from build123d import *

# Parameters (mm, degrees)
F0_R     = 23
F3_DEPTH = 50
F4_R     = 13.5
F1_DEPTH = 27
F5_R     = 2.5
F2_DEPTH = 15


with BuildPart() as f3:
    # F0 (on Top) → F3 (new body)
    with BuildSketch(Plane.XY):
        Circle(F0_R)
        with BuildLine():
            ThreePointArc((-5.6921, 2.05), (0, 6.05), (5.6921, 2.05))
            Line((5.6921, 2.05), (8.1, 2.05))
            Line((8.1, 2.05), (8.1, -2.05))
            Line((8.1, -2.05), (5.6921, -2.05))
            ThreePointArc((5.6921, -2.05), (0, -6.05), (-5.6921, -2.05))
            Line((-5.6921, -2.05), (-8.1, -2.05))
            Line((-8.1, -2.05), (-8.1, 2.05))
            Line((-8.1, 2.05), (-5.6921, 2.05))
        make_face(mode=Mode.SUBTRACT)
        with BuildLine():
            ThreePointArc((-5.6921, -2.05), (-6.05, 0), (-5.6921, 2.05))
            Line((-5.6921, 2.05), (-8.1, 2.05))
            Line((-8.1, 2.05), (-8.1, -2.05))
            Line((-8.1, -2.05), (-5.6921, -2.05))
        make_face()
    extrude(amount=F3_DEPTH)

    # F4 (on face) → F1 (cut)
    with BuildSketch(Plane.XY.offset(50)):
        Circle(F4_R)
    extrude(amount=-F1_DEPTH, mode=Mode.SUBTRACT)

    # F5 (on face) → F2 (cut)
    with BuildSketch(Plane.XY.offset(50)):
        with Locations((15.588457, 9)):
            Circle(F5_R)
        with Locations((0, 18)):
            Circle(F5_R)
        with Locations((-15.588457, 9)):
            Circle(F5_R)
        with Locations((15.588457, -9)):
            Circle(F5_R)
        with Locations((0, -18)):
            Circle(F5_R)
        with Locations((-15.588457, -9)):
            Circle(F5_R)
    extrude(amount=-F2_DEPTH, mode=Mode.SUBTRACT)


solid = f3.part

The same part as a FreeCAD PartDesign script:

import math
import FreeCAD as App
import Part
import Sketcher
Q = App.Units.Quantity

doc = App.newDocument("Part")
body = doc.addObject("PartDesign::Body", "Body")

# Sketch on XY plane
sketch1 = body.newObject("Sketcher::SketchObject", "Sketch")
sketch1.AttachmentSupport = (doc.getObject("XY_Plane"), [""])
sketch1.MapMode = "FlatFace"
sketch1.addGeometry([
    Part.Circle(App.Vector(0, 0, 0), App.Vector(0, 0, 1), 23),  # 0
    Part.ArcOfCircle(Part.Circle(App.Vector(0, 0, 0), App.Vector(0, 0, 1), 6.05), math.radians(-160.1936), math.radians(-19.8064)),  # 1
    Part.ArcOfCircle(Part.Circle(App.Vector(0.000003, 0, 0), App.Vector(0, 0, 1), 6.050003), math.radians(160.193614), math.radians(199.806386)),  # 2
    Part.ArcOfCircle(Part.Circle(App.Vector(0, 0, 0), App.Vector(0, 0, 1), 6.05), math.radians(19.8064), math.radians(160.1936)),  # 3
    Part.LineSegment(App.Vector(5.6921, 2.05, 0), App.Vector(8.1, 2.05, 0)),  # 4
    Part.LineSegment(App.Vector(8.1, 2.05, 0), App.Vector(8.1, -2.05, 0)),  # 5
    Part.LineSegment(App.Vector(8.1, -2.05, 0), App.Vector(5.6921, -2.05, 0)),  # 6
], False)
sketch1.addConstraint([
    Sketcher.Constraint("Tangent", 1, 1, 2, 2),
    Sketcher.Constraint("Tangent", 2, 1, 3, 2),
    Sketcher.Constraint("Coincident", 3, 1, 4, 1),
    Sketcher.Constraint("Coincident", 4, 2, 5, 1),
    Sketcher.Constraint("Coincident", 5, 2, 6, 1),
    Sketcher.Constraint("Coincident", 6, 2, 1, 2),
    Sketcher.Constraint("Horizontal", 4),
    Sketcher.Constraint("Vertical", 5),
    Sketcher.Constraint("Horizontal", 6),
    Sketcher.Constraint("Coincident", 0, 3, -1, 1),
    Sketcher.Constraint("Coincident", 1, 3, -1, 1),
    Sketcher.Constraint("Coincident", 3, 3, -1, 1),
    Sketcher.Constraint("Horizontal", 2, 1, 3, 1),
    Sketcher.Constraint("Horizontal", 1, 1, 5, 2),
    Sketcher.Constraint("Vertical", 1, 1, 2, 1),
    Sketcher.Constraint("Diameter", 0, Q("46 mm")),
    Sketcher.Constraint("Radius", 1, Q("6.05 mm")),
    Sketcher.Constraint("DistanceY", 5, 2, 5, 1, Q("4.1 mm")),
    Sketcher.Constraint("DistanceX", -1, 1, 4, 2, Q("8.1 mm")),
])
pad1 = body.newObject("PartDesign::Pad", "Pad")
pad1.Profile = sketch1
pad1.Length = 50

# Sketch on XY plane
sketch2 = body.newObject("Sketcher::SketchObject", "Sketch001")
sketch2.AttachmentSupport = (doc.getObject("XY_Plane"), [""])
sketch2.MapMode = "FlatFace"
sketch2.AttachmentOffset = App.Placement(App.Vector(0, 0, 50), App.Rotation())
sketch2.addGeometry(Part.Circle(App.Vector(0, 0, 0), App.Vector(0, 0, 1), 13.5), False)
sketch2.addConstraint([
    Sketcher.Constraint("Coincident", 0, 3, -1, 1),
    Sketcher.Constraint("Diameter", 0, Q("27 mm")),
])
pocket1 = body.newObject("PartDesign::Pocket", "Pocket")
pocket1.Profile = sketch2
pocket1.Length = 27

# Sketch on XY plane
sketch3 = body.newObject("Sketcher::SketchObject", "Sketch002")
sketch3.AttachmentSupport = (doc.getObject("XY_Plane"), [""])
sketch3.MapMode = "FlatFace"
sketch3.AttachmentOffset = App.Placement(App.Vector(0, 0, 50), App.Rotation())
sketch3.addGeometry([
    Part.Circle(App.Vector(15.588457, 9, 0), App.Vector(0, 0, 1), 2.5),  # 0
    Part.Circle(App.Vector(0, 18, 0), App.Vector(0, 0, 1), 2.5),  # 1
    Part.Circle(App.Vector(-15.588457, 9, 0), App.Vector(0, 0, 1), 2.5),  # 2
    Part.Circle(App.Vector(15.588457, -9, 0), App.Vector(0, 0, 1), 2.5),  # 3
    Part.Circle(App.Vector(0, -18, 0), App.Vector(0, 0, 1), 2.5),  # 4
    Part.Circle(App.Vector(-15.588457, -9, 0), App.Vector(0, 0, 1), 2.5),  # 5
], False)
sketch3.addConstraint([
    Sketcher.Constraint("Equal", 0, 1),
    Sketcher.Constraint("Equal", 1, 2),
    Sketcher.Constraint("Equal", 2, 3),
    Sketcher.Constraint("Equal", 3, 4),
    Sketcher.Constraint("Equal", 4, 5),
    Sketcher.Constraint("Symmetric", 2, 3, 3, 3, -1, 1),
    Sketcher.Constraint("Symmetric", 1, 3, 4, 3, -1, 1),
    Sketcher.Constraint("Symmetric", 0, 3, 5, 3, -1, 1),
    Sketcher.Constraint("Symmetric", 0, 3, 2, 3, -2),
    Sketcher.Constraint("PointOnObject", 1, 3, -2),
    Sketcher.Constraint("Diameter", 0, Q("5 mm")),
    Sketcher.Constraint("DistanceY", -1, 1, 0, 3, Q("9 mm")),
    Sketcher.Constraint("DistanceY", -1, 1, 1, 3, Q("18 mm")),
    Sketcher.Constraint("DistanceX", -1, 1, 0, 3, Q("15.588457 mm")),
])
pocket2 = body.newObject("PartDesign::Pocket", "Pocket001")
pocket2.Profile = sketch3
pocket2.Length = 15

doc.recompute()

━━━

- **WORK INSTRUCTIONS**
What is needed is an exact repetition of the lines from the first line of the records through the line containing "Line((5.6921, 2.05), (8.1, 2.05))", both ends included, and nothing more.

- **RESULT**
from build123d import *

# Parameters (mm, degrees)
F0_R     = 23
F3_DEPTH = 50
F4_R     = 13.5
F1_DEPTH = 27
F5_R     = 2.5
F2_DEPTH = 15


with BuildPart() as f3:
    # F0 (on Top) → F3 (new body)
    with BuildSketch(Plane.XY):
        Circle(F0_R)
        with BuildLine():
            ThreePointArc((-5.6921, 2.05), (0, 6.05), (5.6921, 2.05))
            Line((5.6921, 2.05), (8.1, 2.05))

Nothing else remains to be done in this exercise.